____ Source material
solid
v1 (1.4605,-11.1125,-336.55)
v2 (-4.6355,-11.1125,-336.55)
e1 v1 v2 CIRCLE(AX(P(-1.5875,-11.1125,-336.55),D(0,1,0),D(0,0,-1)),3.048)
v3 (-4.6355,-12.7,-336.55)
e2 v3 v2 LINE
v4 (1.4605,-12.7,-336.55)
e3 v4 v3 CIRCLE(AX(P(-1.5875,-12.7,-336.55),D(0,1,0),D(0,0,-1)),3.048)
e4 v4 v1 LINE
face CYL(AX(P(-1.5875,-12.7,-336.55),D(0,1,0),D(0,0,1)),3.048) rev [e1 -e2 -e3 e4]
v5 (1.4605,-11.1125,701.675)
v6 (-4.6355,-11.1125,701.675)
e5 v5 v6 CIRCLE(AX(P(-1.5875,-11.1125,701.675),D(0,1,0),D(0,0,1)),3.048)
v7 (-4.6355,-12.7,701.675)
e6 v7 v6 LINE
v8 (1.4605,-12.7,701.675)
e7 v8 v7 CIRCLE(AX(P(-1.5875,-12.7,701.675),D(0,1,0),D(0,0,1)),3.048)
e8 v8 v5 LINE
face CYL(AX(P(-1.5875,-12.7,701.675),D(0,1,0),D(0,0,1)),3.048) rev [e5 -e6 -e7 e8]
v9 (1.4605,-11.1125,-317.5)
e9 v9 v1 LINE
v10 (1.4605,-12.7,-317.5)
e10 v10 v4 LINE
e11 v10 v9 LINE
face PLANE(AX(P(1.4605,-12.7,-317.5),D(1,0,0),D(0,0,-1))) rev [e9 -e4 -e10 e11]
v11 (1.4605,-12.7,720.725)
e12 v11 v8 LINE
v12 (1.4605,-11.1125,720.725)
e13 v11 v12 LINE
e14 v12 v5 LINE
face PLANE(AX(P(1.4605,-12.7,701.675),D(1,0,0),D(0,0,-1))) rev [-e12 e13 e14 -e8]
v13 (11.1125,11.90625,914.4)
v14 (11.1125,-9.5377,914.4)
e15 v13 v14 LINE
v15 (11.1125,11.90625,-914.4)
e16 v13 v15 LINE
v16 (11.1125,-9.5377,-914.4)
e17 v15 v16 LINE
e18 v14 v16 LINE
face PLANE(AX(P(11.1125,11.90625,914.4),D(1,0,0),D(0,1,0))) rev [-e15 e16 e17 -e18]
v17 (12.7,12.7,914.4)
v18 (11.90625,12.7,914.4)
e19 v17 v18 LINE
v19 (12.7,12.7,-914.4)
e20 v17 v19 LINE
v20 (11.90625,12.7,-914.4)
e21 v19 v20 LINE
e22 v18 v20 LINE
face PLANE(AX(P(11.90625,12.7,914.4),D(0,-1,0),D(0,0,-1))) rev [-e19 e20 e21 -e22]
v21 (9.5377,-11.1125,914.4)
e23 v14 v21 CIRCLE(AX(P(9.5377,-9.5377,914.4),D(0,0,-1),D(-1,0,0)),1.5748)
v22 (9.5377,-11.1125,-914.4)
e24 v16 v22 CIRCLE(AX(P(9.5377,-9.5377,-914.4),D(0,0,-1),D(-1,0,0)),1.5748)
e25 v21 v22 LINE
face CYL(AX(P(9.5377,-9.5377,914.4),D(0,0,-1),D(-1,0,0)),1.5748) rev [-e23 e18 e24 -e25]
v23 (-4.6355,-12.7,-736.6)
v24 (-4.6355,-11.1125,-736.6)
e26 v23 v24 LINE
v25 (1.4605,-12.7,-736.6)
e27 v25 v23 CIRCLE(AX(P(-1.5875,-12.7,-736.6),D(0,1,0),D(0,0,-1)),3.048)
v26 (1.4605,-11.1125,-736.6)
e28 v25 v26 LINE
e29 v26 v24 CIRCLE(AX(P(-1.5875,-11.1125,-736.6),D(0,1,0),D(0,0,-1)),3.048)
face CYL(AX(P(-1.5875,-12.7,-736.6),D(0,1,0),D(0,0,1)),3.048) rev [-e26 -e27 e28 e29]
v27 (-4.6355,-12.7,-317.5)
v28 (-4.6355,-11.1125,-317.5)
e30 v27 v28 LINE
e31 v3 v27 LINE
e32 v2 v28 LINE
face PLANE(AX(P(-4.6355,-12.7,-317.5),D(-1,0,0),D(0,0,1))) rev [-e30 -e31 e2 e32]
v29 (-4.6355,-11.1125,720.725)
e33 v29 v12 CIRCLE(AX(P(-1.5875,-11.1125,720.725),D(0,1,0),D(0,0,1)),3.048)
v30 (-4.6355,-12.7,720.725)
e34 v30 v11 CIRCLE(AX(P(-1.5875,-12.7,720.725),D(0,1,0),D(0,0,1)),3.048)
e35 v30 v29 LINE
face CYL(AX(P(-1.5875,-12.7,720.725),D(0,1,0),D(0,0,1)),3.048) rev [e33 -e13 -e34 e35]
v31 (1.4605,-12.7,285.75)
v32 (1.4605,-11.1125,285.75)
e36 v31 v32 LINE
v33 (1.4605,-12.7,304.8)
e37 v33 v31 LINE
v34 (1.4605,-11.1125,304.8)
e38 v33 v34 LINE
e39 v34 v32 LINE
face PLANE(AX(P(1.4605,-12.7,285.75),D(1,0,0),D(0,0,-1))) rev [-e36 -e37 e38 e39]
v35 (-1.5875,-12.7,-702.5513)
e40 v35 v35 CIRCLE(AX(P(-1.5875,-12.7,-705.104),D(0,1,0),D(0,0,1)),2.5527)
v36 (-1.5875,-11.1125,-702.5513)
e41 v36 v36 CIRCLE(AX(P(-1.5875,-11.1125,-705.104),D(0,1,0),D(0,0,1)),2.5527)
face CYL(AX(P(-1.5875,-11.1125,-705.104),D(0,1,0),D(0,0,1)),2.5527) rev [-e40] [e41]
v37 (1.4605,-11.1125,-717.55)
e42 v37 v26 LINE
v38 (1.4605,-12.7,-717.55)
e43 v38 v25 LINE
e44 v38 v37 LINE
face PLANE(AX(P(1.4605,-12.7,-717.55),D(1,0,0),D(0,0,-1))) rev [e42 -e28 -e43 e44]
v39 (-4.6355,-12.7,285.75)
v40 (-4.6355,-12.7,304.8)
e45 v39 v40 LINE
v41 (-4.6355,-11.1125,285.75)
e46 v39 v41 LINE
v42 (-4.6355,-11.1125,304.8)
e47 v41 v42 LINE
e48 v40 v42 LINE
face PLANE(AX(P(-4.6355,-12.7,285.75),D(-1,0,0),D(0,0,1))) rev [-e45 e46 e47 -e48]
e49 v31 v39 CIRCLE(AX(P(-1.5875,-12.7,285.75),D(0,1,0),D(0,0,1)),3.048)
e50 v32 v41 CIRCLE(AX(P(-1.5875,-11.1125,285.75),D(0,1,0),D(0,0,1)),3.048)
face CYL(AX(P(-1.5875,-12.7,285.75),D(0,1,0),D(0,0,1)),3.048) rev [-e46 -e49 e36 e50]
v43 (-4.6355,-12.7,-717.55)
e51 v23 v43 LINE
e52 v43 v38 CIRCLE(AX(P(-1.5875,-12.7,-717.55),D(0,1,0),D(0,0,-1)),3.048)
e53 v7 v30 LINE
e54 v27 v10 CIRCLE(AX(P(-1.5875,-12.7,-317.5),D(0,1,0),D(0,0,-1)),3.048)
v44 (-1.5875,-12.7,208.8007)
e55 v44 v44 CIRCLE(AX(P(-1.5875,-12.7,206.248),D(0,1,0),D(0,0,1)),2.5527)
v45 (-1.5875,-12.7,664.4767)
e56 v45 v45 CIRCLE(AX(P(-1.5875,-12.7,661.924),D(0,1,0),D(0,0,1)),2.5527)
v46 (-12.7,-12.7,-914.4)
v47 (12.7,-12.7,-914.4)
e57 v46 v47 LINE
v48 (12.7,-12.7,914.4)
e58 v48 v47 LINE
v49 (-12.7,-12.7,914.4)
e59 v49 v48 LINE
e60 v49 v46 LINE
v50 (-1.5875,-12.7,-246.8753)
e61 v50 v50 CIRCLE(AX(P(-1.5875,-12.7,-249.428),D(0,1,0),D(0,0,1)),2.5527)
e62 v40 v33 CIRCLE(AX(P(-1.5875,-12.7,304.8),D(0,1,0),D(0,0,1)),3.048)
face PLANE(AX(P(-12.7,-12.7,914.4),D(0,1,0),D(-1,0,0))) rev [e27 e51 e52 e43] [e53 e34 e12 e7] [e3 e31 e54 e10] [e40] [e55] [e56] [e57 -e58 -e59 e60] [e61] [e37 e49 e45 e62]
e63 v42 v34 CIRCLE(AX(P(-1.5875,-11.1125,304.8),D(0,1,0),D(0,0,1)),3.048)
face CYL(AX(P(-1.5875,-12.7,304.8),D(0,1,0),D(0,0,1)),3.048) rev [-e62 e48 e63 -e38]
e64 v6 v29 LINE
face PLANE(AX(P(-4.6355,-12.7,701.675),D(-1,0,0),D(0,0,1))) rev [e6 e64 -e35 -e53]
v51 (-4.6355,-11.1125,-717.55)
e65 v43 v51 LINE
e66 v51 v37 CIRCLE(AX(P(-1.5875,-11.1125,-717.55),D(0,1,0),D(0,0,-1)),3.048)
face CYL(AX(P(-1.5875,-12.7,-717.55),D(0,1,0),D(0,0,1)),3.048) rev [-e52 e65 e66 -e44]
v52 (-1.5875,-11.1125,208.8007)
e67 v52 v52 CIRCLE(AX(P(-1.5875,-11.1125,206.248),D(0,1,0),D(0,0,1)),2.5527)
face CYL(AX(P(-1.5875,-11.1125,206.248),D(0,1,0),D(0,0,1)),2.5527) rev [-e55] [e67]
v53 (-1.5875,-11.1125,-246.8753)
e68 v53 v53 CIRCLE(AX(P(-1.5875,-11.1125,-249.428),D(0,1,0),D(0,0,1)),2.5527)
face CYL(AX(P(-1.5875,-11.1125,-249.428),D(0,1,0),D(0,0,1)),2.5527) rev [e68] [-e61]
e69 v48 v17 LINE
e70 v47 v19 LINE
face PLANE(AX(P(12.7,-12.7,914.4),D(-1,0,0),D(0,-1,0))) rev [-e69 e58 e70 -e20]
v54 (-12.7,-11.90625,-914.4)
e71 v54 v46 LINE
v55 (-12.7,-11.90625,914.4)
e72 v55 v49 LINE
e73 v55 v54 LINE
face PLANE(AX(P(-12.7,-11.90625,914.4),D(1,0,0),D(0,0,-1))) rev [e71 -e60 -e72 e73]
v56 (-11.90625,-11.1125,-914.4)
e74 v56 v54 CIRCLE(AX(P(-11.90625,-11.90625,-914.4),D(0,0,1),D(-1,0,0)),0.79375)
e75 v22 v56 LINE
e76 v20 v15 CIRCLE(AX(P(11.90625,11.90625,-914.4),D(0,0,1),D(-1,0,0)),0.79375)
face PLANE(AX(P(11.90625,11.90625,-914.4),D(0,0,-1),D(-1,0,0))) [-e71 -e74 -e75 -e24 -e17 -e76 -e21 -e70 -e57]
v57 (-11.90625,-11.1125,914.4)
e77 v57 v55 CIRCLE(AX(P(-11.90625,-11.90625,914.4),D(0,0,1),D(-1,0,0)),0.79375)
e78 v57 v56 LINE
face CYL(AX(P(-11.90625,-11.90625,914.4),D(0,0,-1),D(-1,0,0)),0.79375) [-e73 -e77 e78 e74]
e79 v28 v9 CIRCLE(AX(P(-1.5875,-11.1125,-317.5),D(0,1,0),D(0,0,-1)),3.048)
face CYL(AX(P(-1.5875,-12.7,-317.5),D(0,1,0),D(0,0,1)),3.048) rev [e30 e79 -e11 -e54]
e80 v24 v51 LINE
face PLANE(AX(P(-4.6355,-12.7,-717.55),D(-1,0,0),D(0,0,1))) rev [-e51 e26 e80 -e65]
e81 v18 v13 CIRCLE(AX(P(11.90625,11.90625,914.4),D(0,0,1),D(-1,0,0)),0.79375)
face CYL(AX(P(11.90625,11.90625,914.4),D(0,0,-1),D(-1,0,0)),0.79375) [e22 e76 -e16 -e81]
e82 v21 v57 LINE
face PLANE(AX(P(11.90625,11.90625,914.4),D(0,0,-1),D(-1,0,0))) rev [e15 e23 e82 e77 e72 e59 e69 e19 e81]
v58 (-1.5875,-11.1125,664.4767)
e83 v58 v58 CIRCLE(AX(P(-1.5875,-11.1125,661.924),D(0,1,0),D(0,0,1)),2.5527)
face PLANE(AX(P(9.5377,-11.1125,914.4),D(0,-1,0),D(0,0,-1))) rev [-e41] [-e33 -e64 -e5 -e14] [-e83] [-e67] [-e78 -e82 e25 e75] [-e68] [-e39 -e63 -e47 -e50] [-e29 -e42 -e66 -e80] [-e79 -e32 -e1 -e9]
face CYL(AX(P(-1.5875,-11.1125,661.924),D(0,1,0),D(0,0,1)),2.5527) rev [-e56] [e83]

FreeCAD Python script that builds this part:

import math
import FreeCAD as App
import Part
import Sketcher

V = App.Vector
Q = App.Units.Quantity

doc = App.newDocument("Part")
body = doc.addObject("PartDesign::Body", "Body")

sketch1 = doc.addObject("Sketcher::SketchObject", "Sketch")
body.addObject(sketch1)
sketch1.AttachmentSupport = (doc.XY_Plane, [""])
sketch1.MapMode = "FlatFace"
sketch1.addGeometry([
    Part.LineSegment(V(-12.7, -12.7, 0), V(12.7, -12.7, 0)),
    Part.LineSegment(V(12.7, -12.7, 0), V(12.7, 12.7, 0)),
    Part.LineSegment(V(12.7, 12.7, 0), V(11.9, 12.7, 0)),
    Part.ArcOfCircle(Part.Circle(V(11.9, 11.9, 0), V(0, 0, 1), 0.8), math.radians(90), math.radians(180)),
    Part.LineSegment(V(11.1, 11.9, 0), V(11.1, -9.5, 0)),
    Part.ArcOfCircle(Part.Circle(V(9.5, -9.5, 0), V(0, 0, 1), 1.6), math.radians(-90), math.radians(0)),
    Part.LineSegment(V(9.5, -11.1, 0), V(-11.9, -11.1, 0)),
    Part.ArcOfCircle(Part.Circle(V(-11.9, -11.9, 0), V(0, 0, 1), 0.8), math.radians(90), math.radians(180)),
    Part.LineSegment(V(-12.7, -11.9, 0), V(-12.7, -12.7, 0)),
], False)
sketch1.addConstraint([
    Sketcher.Constraint("Coincident", 0, 2, 1, 1),
    Sketcher.Constraint("Coincident", 1, 2, 2, 1),
    Sketcher.Constraint("Tangent", 2, 2, 3, 1),
    Sketcher.Constraint("Tangent", 3, 2, 4, 1),
    Sketcher.Constraint("Tangent", 4, 2, 5, 2),
    Sketcher.Constraint("Tangent", 5, 1, 6, 1),
    Sketcher.Constraint("Tangent", 6, 2, 7, 1),
    Sketcher.Constraint("Tangent", 7, 2, 8, 1),
    Sketcher.Constraint("Coincident", 8, 2, 0, 1),
    Sketcher.Constraint("Horizontal", 0),
    Sketcher.Constraint("Vertical", 1),
    Sketcher.Constraint("Horizontal", 2),
    Sketcher.Constraint("Vertical", 4),
    Sketcher.Constraint("Horizontal", 6),
    Sketcher.Constraint("Vertical", 8),
    Sketcher.Constraint("Equal", 3, 7),
    Sketcher.Constraint("Symmetric", 3, 3, 7, 3, -1, 1),
    Sketcher.Constraint("Symmetric", 1, 2, 8, 2, -1, 1),
    Sketcher.Constraint("Equal", 0, 1),
    Sketcher.Constraint("DistanceX", 0, 1, 0, 2, Q("1 in")),
    Sketcher.Constraint("Radius", 3, Q("0.03125 in")),
    Sketcher.Constraint("Radius", 5, Q("0.062 in")),
])
pad1 = doc.addObject("PartDesign::Pad", "Pad")
body.addObject(pad1)
pad1.Profile = sketch1
pad1.Length = Q("72 in")
pad1.Midplane = True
________
Send back exactly the lines of the listing above starting at the one with "v45 (-1.5875,-12.7,664.4767)" and ending at the one with "e62 v40 v33", inclusive, and no others.

- Response to this exercise -
v45 (-1.5875,-12.7,664.4767)
e56 v45 v45 CIRCLE(AX(P(-1.5875,-12.7,661.924),D(0,1,0),D(0,0,1)),2.5527)
v46 (-12.7,-12.7,-914.4)
v47 (12.7,-12.7,-914.4)
e57 v46 v47 LINE
v48 (12.7,-12.7,914.4)
e58 v48 v47 LINE
v49 (-12.7,-12.7,914.4)
e59 v49 v48 LINE
e60 v49 v46 LINE
v50 (-1.5875,-12.7,-246.8753)
e61 v50 v50 CIRCLE(AX(P(-1.5875,-12.7,-249.428),D(0,1,0),D(0,0,1)),2.5527)
e62 v40 v33 CIRCLE(AX(P(-1.5875,-12.7,304.8),D(0,1,0),D(0,0,1)),3.048)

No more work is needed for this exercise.